We identified ten contigs with no close relatives to known viruses. However, conserved domain prediction and phylogenetic studies have identified a novel virus tentatively named PepVA belonging to the genus Carlavirus. Due to the poly(A) tail of PepVA, it was possible to assemble two complete genomes of PepVA from PJ and TW using only transcriptome data.
Recent studies have demonstrated that plant transcriptome data can be usefully applied in the assembly of complete or nearly complete genomes for several viruses and viroids [6, 14, 25]. In our experience, several factors, such as viral sequence coverage, the amount of viral replication, and sequencing methods, are important for the assembly of viral genomes. The number of sequence reads from paired-end sequencing is twice that from single-end sequencing. In general, paired-end sequencing is optimal for the de novo assembly of plant transcriptomes as well as viral genomes. In this study, we used two well-known de novo assemblers – Trinity and Velvet – for de novo transcriptome assembly and compared their viral genome assembly ability. As we have demonstrated in our recent study , Trinity was far superior for de novo assembly of the virus genome with longer contigs compared with Velvet. In general, velvet generated several short-length contigs, which is not optimal for virus genome assembly; however, the contigs generated by Velvet can be useful for the identification of viruses with low titers. Based on our results, the optimal combination for virus identification and viral genome assembly from plant transcriptomes might be de novo assembly using Trinity with paired-end sequencing. However, we also highly recommend assembling transcriptomes with two methods for virus-associated studies. Previously, many studies have used conventional PCR followed by Sanger sequencing to examine quasispecies of plant RNA and DNA viruses in different hosts [12, 26, 27]. Although the sizes of viral genomes are relatively small, several fragments for a target viral genome should be amplified instead of amplifying a complete viral genome. Furthermore, to understand the comprehensive nature of quasispecies for target viruses, a high level of sequence coverage is necessary. The sequence coverage through the conventional methods composed of PCR and Sanger sequencing is relatively low, while several NGS-based approaches produce numerous sequence reads, which are enough to reveal the quasispecies of target viruses. Therefore, several studies associated with viral quasispecies including viroids have used diverse NGS techniques instead of the PCR-based conventional methods [28,29,30,31].
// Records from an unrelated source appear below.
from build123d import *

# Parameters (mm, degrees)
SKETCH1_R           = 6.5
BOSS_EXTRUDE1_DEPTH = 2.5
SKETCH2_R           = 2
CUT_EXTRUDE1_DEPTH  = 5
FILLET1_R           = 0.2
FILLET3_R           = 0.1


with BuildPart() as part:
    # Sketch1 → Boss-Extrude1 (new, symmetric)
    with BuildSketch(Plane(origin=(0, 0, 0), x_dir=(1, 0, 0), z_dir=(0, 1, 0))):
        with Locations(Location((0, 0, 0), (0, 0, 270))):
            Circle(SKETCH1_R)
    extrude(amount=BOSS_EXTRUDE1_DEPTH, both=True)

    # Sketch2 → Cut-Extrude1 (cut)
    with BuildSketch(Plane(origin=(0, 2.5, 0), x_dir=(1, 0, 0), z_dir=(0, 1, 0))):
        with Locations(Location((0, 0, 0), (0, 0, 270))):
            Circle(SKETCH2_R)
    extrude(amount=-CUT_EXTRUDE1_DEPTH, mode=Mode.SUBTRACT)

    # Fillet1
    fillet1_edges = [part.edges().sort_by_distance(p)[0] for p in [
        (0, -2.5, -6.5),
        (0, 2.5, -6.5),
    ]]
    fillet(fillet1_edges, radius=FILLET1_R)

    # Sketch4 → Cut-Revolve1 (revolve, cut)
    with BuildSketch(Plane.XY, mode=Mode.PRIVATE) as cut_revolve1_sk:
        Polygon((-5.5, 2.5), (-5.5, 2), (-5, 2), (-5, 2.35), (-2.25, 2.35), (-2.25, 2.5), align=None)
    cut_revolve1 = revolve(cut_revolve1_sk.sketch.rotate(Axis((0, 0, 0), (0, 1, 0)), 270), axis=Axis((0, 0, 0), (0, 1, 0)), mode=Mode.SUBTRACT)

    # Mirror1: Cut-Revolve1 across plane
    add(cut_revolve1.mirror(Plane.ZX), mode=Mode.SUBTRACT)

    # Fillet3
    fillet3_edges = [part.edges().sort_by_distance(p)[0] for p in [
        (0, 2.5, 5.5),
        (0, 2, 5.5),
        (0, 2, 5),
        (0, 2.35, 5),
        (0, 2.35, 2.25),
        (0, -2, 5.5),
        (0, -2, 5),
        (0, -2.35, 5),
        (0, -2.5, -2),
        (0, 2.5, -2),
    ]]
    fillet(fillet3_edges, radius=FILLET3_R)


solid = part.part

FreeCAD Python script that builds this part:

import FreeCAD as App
import Part
import Sketcher
from FreeCAD import Vector


def edges_at(feature, points):
    """Names of the edges that pass closest to the given points."""
    edges = feature.Shape.Edges
    near = lambda p: min(range(len(edges)), key=lambda i: edges[i].distToShape(Part.Vertex(*p))[0])
    return sorted({f"Edge{near(p) + 1}" for p in points})


def add_polygon(sketch, points):
    """Adds a closed chain of lines whose ends are joined by coincident constraints."""
    first, n = sketch.GeometryCount, len(points)
    for a, b in zip(points, points[1:] + points[:1]):
        sketch.addGeometry(Part.LineSegment(App.Vector(*a, 0), App.Vector(*b, 0)), False)
    for i in range(n):
        sketch.addConstraint(Sketcher.Constraint("Coincident", first + i, 2, first + (i + 1) % n, 1))

doc = App.newDocument("Part")
params = doc.addObject("Spreadsheet::Sheet", "Params")
for row, (alias, value) in enumerate([
    ("sketch1_diameter", "13 mm"),
    ("pad1_length", "5 mm"),
    ("sketch2_diameter", "4 mm"),
    ("pocket1_length", "5 mm"),
    ("fillet_radius", "0.2 mm"),
    ("sketch3_width", "0.5 mm"),
    ("sketch3_width2", "2.75 mm"),
    ("sketch3_height", "0.35 mm"),
    ("groove_angle", "360 deg"),
    ("fillet2_radius", "0.1 mm"),
], start=1):
    params.set(f"A{row}", alias)
    params.set(f"B{row}", "=" + value)
    params.setAlias(f"B{row}", alias)

body = doc.addObject("PartDesign::Body", "Body")

# Sketch on XZ plane
sketch1 = body.newObject("Sketcher::SketchObject", "Sketch")
sketch1.AttachmentSupport = (doc.getObject("XZ_Plane"), [""])
sketch1.MapMode = "FlatFace"
sketch1.addGeometry(Part.Circle(Vector(0, 0, 0), Vector(0, 0, 1), 6.5), False)
sketch1.addConstraint([
    Sketcher.Constraint("Coincident", 0, 3, -1, 1),
    Sketcher.Constraint("Diameter", 0, 13.0),
])
sketch1.setExpression("Constraints[1]", "Params.sketch1_diameter")
pad1 = body.newObject("PartDesign::Pad", "Pad")
pad1.Profile = sketch1
pad1.setExpression("Length", "Params.pad1_length")
pad1.Midplane = True

# Sketch on XZ plane
sketch2 = body.newObject("Sketcher::SketchObject", "Sketch001")
sketch2.AttachmentSupport = (doc.getObject("XZ_Plane"), [""])
sketch2.MapMode = "FlatFace"
sketch2.AttachmentOffset = App.Placement(Vector(0, 0, -2.5), App.Rotation())
sketch2.addGeometry(Part.Circle(Vector(0, 0, 0), Vector(0, 0, 1), 2), False)
sketch2.addConstraint([
    Sketcher.Constraint("Coincident", 0, 3, -1, 1),
    Sketcher.Constraint("Diameter", 0, 4.0),
])
sketch2.setExpression("Constraints[1]", "Params.sketch2_diameter")
pocket1 = body.newObject("PartDesign::Pocket", "Pocket")
pocket1.Profile = sketch2
pocket1.setExpression("Length", "Params.pocket1_length")
pocket1.Reversed = True
doc.recompute()

fillet = body.newObject("PartDesign::Fillet", "Fillet")
fillet.Base = (pocket1, edges_at(pocket1, [(0, -2.5, -6.5), (0, 2.5, -6.5)]))
fillet.setExpression("Radius", "Params.fillet_radius")

# Sketch on XY plane
sketch3 = body.newObject("Sketcher::SketchObject", "Sketch002")
sketch3.AttachmentSupport = (doc.getObject("XY_Plane"), [""])
sketch3.MapMode = "FlatFace"
add_polygon(sketch3, [(-5.5, 2.5), (-5.5, 2), (-5, 2), (-5, 2.35), (-2.25, 2.35), (-2.25, 2.5)])  # lines 0-5
sketch3.addConstraint([
    Sketcher.Constraint("Vertical", 0),
    Sketcher.Constraint("Horizontal", 1),
    Sketcher.Constraint("Vertical", 2),
    Sketcher.Constraint("Horizontal", 3),
    Sketcher.Constraint("Vertical", 4),
    Sketcher.Constraint("Horizontal", 5),
    Sketcher.Constraint("Equal", 1, 0),
    Sketcher.Constraint("DistanceX", 1, 1, 1, 2, 0.5),
    Sketcher.Constraint("DistanceY", -1, 1, 0, 2, 2.0),
    Sketcher.Constraint("DistanceX", 1, 2, -1, 1, 5.0),
    Sketcher.Constraint("DistanceX", 3, 1, 3, 2, 2.75),
    Sketcher.Constraint("DistanceY", 2, 1, 2, 2, 0.35),
])
sketch3.setExpression("Constraints[13]", "Params.sketch3_width")
sketch3.setExpression("Constraints[16]", "Params.sketch3_width2")
sketch3.setExpression("Constraints[17]", "Params.sketch3_height")
groove = body.newObject("PartDesign::Groove", "Groove")
groove.Profile = sketch3
groove.ReferenceAxis = (sketch3, ["V_Axis"])
groove.setExpression("Angle", "Params.groove_angle")
doc.recompute()

mirrored = body.newObject("PartDesign::Mirrored", "Mirrored")
mirrored.Originals = [groove]
mirrored.MirrorPlane = (doc.getObject("XZ_Plane"), [""])
body.Tip = mirrored
doc.recompute()

fillet2 = body.newObject("PartDesign::Fillet", "Fillet001")
fillet2.Base = (mirrored, edges_at(mirrored, [
    (0, 2.5, 5.5),
    (0, 2, 5.5),
    (0, 2, 5),
    (0, 2.35, 5),
    (0, 2.35, 2.25),
    (0, -2, 5.5),
    (0, -2, 5),
    (0, -2.35, 5),
    (0, -2.5, -2),
    (0, 2.5, -2),
]))
fillet2.setExpression("Radius", "Params.fillet2_radius")

doc.recompute()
The same list of diverse viruses has been infected in two different pepper transcriptomes, indicating that the two cultivars were grown in the same field. The presence of ALPV suggests the sampled pepper plants were severely damaged by aphids, which are vectors for many plant viruses . In addition, the identification of geminiviral components in pepper plants suggests the transmission of geminivirus by Bemisia tabaci . The co-infection of diverse viruses in pepper plants indicates that these plants were naturally grown without any disease control by humans. Therefore, these samples are good examples for studying the natural co-infection of diverse viruses in different pepper cultivars and their quasispecies. A previous study demonstrated that BPEV and TVCV are transmitted by seeds [34, 35]. In addition, a recent study indicates the possible transmission of a geminivirus into tomatoes by seeds . Based on previous results, the co-infection of diverse viruses in pepper plants might also be mediated by not only insect vectors, but also seeds.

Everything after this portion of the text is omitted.